It was during the last century that the great war was fought between churchmen and men of science over the theory of Evolution.... The scientists won their victory chiefly, or at any rate largely, with the help of the paleontologists and the biologists.... It was scarcely possible to suppose any longer that God had created each species—to quote the text of Paradise Lost—‘perfect forms, limb’d, and full grown,’ except on what seemed the extravagant assumption that, when creating the universe, he had at the same time provided it with evidence of a purely imaginary past that had never had any actual existence. Now, the first thing to be said about this famous quarrel is that the churchmen need never have been perturbed at all about the method of creation, if they had remembered that the Book of Genesis was a book of poetical truth, and not intended as a scientific handbook of geology. They got into their difficulty, to a large extent, through having unwittingly slipped into accepting the scientist’s concept of the use of language, and supposing that a thing could not be true unless it was amenable to quantitative methods of proof. Eventually, and with many slips by the way, they contrived to clamber out of this false position; and today no reasonable theologian is at all perturbed by the idea that creation was effected by evolutionary methods. But, if the theologians had not lost touch with the nature of language; if they had not insensibly fallen into the eighteenth-century conception of the universe as a mechanism and God as the great engineer; if, instead they had chosen to think of God as a great, imaginative artist—then they might have offered a quite different kind of interpretation of the facts, with rather entertaining consequences. They might, in fact, have seriously put forward the explanation I mentioned just now: that God had at some moment or other created the universe complete with all the vestiges of an imaginary past.
I have said that this seemed an extravagant assumption; so it does, if one thinks of God as a mechanician. But if one thinks of him as working in the same sort of way as a creative artist, then it no longer seems extravagant, but the most natural thing in the world. It is the way every novel in the world is written.
Every serious novelist starts with some or all of his characters ‘in perfect form and fully grown,’ complete with their pasts. Their present is conditioned by a past that exists, not fully on paper, but fully or partially in the creator’s imagination. And as he goes on writing the book, he will—especially if it is a long work, like The Forsyte Saga or the "Peter Wimsey" series—plant from time to time in the text of the book allusions to that unwritten past. If his imagination is consistent, then all those allusions, all those, so to speak, planted fossils, will tell a story consistent with one another and consistent with the present and future actions of the characters. That is to say, that past, existing only in the mind of the maker, produces a true and measurable effect upon the written part of the book, precisely as though it had, in fact, "taken place" within the work of art itself. ...
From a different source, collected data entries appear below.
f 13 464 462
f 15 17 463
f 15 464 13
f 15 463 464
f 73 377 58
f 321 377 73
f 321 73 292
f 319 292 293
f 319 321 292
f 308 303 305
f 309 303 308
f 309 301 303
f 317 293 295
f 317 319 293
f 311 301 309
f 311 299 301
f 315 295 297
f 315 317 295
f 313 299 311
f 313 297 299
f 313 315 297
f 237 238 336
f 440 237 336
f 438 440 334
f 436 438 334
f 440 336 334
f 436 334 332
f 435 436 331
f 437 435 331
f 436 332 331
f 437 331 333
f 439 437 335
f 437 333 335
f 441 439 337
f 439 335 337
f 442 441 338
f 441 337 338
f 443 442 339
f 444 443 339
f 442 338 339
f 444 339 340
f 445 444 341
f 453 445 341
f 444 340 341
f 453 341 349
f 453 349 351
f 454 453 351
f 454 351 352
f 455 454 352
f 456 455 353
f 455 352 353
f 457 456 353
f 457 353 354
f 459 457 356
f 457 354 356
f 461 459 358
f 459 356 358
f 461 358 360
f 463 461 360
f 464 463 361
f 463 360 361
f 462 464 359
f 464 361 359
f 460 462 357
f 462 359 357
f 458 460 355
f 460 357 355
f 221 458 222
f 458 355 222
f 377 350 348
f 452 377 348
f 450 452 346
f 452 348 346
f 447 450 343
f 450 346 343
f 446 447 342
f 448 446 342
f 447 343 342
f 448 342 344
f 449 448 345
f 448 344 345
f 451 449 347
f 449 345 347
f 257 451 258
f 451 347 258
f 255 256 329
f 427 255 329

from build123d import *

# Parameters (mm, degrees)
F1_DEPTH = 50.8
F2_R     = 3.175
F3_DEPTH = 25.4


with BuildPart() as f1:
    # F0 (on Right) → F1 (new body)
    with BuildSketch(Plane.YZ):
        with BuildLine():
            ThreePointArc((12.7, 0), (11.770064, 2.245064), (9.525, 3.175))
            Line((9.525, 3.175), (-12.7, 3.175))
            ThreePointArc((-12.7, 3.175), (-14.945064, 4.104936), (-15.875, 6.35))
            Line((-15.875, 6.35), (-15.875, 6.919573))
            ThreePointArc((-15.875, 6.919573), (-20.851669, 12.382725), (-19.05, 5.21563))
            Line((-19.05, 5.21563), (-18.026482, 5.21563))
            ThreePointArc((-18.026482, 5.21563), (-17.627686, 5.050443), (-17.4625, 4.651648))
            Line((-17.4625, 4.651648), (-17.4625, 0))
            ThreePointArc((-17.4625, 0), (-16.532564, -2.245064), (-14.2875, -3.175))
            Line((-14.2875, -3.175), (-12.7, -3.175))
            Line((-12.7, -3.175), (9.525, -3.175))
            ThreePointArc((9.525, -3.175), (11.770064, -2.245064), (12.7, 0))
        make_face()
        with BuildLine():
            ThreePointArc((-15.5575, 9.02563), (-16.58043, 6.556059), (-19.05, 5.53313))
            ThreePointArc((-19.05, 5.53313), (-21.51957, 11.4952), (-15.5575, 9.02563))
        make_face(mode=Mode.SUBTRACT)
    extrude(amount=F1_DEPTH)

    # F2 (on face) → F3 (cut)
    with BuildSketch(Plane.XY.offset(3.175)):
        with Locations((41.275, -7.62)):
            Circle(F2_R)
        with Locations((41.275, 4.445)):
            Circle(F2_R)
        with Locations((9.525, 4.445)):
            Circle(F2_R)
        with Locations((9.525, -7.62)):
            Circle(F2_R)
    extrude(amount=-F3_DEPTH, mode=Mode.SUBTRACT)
I think that if the churchmen had chosen to take up that position, the result would have been entertaining. It would have been a very strong position because it is one that cannot be upset by scientific proof. Probably, theologians would have been deterred by a vague sense that a God who made his universe like this was not being quite truthful. But that would be because of a too limited notion of truth. In what sense is the unwritten past of the characters in a book less true than their behavior in it? Or if a prehistory that never happened exercises on history an effect indistinguishable from the effect it would have made by happening, what real difference is there between happening and not happening? If it is deducible from the evidence, self-consistent, and recognizable in its effects, it is quite real, whether or not it ever was actual.
I am not, of course, giving it as my opinion that the world was made yesterday all of a piece, or even that it first came into being at the point where prehistory stops and history begins. I am only saying that if it had, then, provided the imagination were consistent, no difference of any kind would have been made to anything whatever in the universe. Though, of course, if we were willing to accept such a theory, we might find it easier to deal with some of our problems about time. ... All I have tried to do in this piece of fantasy is to show that where you have a consistent imagination at work, the line between scientific and poetic truth may become very hard to draw.
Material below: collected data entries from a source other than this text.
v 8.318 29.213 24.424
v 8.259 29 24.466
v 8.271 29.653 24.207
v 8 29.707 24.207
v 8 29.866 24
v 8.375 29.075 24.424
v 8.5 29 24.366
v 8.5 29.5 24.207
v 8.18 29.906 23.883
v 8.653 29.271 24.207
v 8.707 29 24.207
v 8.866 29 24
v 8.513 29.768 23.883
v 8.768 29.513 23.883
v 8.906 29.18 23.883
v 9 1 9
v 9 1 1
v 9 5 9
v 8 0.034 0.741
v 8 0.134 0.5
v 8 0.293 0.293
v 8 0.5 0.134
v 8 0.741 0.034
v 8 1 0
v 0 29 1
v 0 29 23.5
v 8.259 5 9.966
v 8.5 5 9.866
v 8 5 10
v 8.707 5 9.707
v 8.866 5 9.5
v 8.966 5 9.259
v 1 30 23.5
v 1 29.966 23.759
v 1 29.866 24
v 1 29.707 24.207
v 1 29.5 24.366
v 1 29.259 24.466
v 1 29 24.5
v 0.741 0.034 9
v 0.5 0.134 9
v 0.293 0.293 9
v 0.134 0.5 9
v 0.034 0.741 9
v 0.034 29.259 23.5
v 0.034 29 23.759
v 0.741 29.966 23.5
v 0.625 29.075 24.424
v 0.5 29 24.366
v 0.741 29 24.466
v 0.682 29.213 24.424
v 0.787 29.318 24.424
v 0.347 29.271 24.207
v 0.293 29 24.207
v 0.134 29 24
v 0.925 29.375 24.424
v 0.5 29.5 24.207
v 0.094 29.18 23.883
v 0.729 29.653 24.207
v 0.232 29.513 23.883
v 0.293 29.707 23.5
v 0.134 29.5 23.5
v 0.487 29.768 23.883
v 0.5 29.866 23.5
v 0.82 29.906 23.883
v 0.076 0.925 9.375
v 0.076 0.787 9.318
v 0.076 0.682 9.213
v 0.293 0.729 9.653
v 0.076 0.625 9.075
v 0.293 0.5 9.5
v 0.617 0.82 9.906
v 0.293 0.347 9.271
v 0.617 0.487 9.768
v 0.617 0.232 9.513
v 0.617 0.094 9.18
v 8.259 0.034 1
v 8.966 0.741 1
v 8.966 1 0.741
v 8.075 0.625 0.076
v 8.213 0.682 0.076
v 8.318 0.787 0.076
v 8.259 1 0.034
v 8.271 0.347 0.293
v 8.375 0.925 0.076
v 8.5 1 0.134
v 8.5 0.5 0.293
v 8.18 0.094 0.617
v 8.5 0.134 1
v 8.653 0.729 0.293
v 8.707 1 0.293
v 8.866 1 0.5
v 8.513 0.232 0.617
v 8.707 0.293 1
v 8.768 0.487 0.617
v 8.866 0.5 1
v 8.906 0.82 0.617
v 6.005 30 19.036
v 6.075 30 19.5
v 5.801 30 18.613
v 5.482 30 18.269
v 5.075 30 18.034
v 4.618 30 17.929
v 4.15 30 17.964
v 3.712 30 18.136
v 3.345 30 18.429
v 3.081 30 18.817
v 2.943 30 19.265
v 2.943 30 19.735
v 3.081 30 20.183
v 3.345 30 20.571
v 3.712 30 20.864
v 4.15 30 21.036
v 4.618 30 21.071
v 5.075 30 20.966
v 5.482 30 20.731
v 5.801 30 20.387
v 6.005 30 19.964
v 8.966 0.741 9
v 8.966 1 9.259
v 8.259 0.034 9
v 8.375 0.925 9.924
If you find this playing with time and reality rather strange, you should try quantum physics.
At the present time, we have a population that is literate, in the sense that everybody is able to read and write; but, owing to the emphasis placed on scientific and technical training at the expense of the humanities, very few of our people have been taught to understand and handle language as an instrument of power. This means that, in this country [1940's England] alone, forty million innocents or thereabouts are wandering inquisitively about the laboratory, enthusiastically pulling handles and pushing buttons, thereby releasing uncontrollable currents of electric speech, with results that astonish themselves and the world. Nothing is more intoxicating than a sense of power: the demagogue who can sway crowds, the journalist who can push up the sales of his paper to the two-million mark, the playwright who can plunge an audience into an orgy of facile emotion, the parliamentary candidate who is carried to the top of the poll on a flood of meaningless rhetoric, the ranting preacher, the advertising salesman of material or spiritual commodities, are all playing perilously and irresponsibly with the power of words, and are equally dangerous whether they are cynically unscrupulous or (as frequently happens) have fallen under the spell of their own eloquence and become the victims of their own propaganda. For the great majority of those whom they are addressing have no skill in assessing the value of words and are as helpless under verbal attack as were the citizens of Rotterdam against assault from the air. When we first began to realize the way in which the common sense of Europe had been undermined and battered down by Nazi propaganda, we were astonished as well as horrified; yet there was nothing astonishing about it. It was simply another exhibition of ruthless force: the employment of a very powerful weapon by experts who understood it perfectly against people who were not armed to resist it and had never really understood that it was a weapon at all. And the defense against the misuse of words is not flight, nor yet the random setting off of verbal fireworks, but the wary determination to understand the potentialities of language and to use it with resolution and skill.
Written in England in the late 1940's, this absolutely is spot-on for here and now, except for the low numbers—from the emphasis on STEM subjects in schools to our powerlessness in the face of propaganda. To be clear: Left, Right, it makes no difference, and I'm not singling out any person or party. It just is.
From "The Image of God"
In the beginning God created. ... And he created man in his own image; in the image of God created he him; male and female created he them.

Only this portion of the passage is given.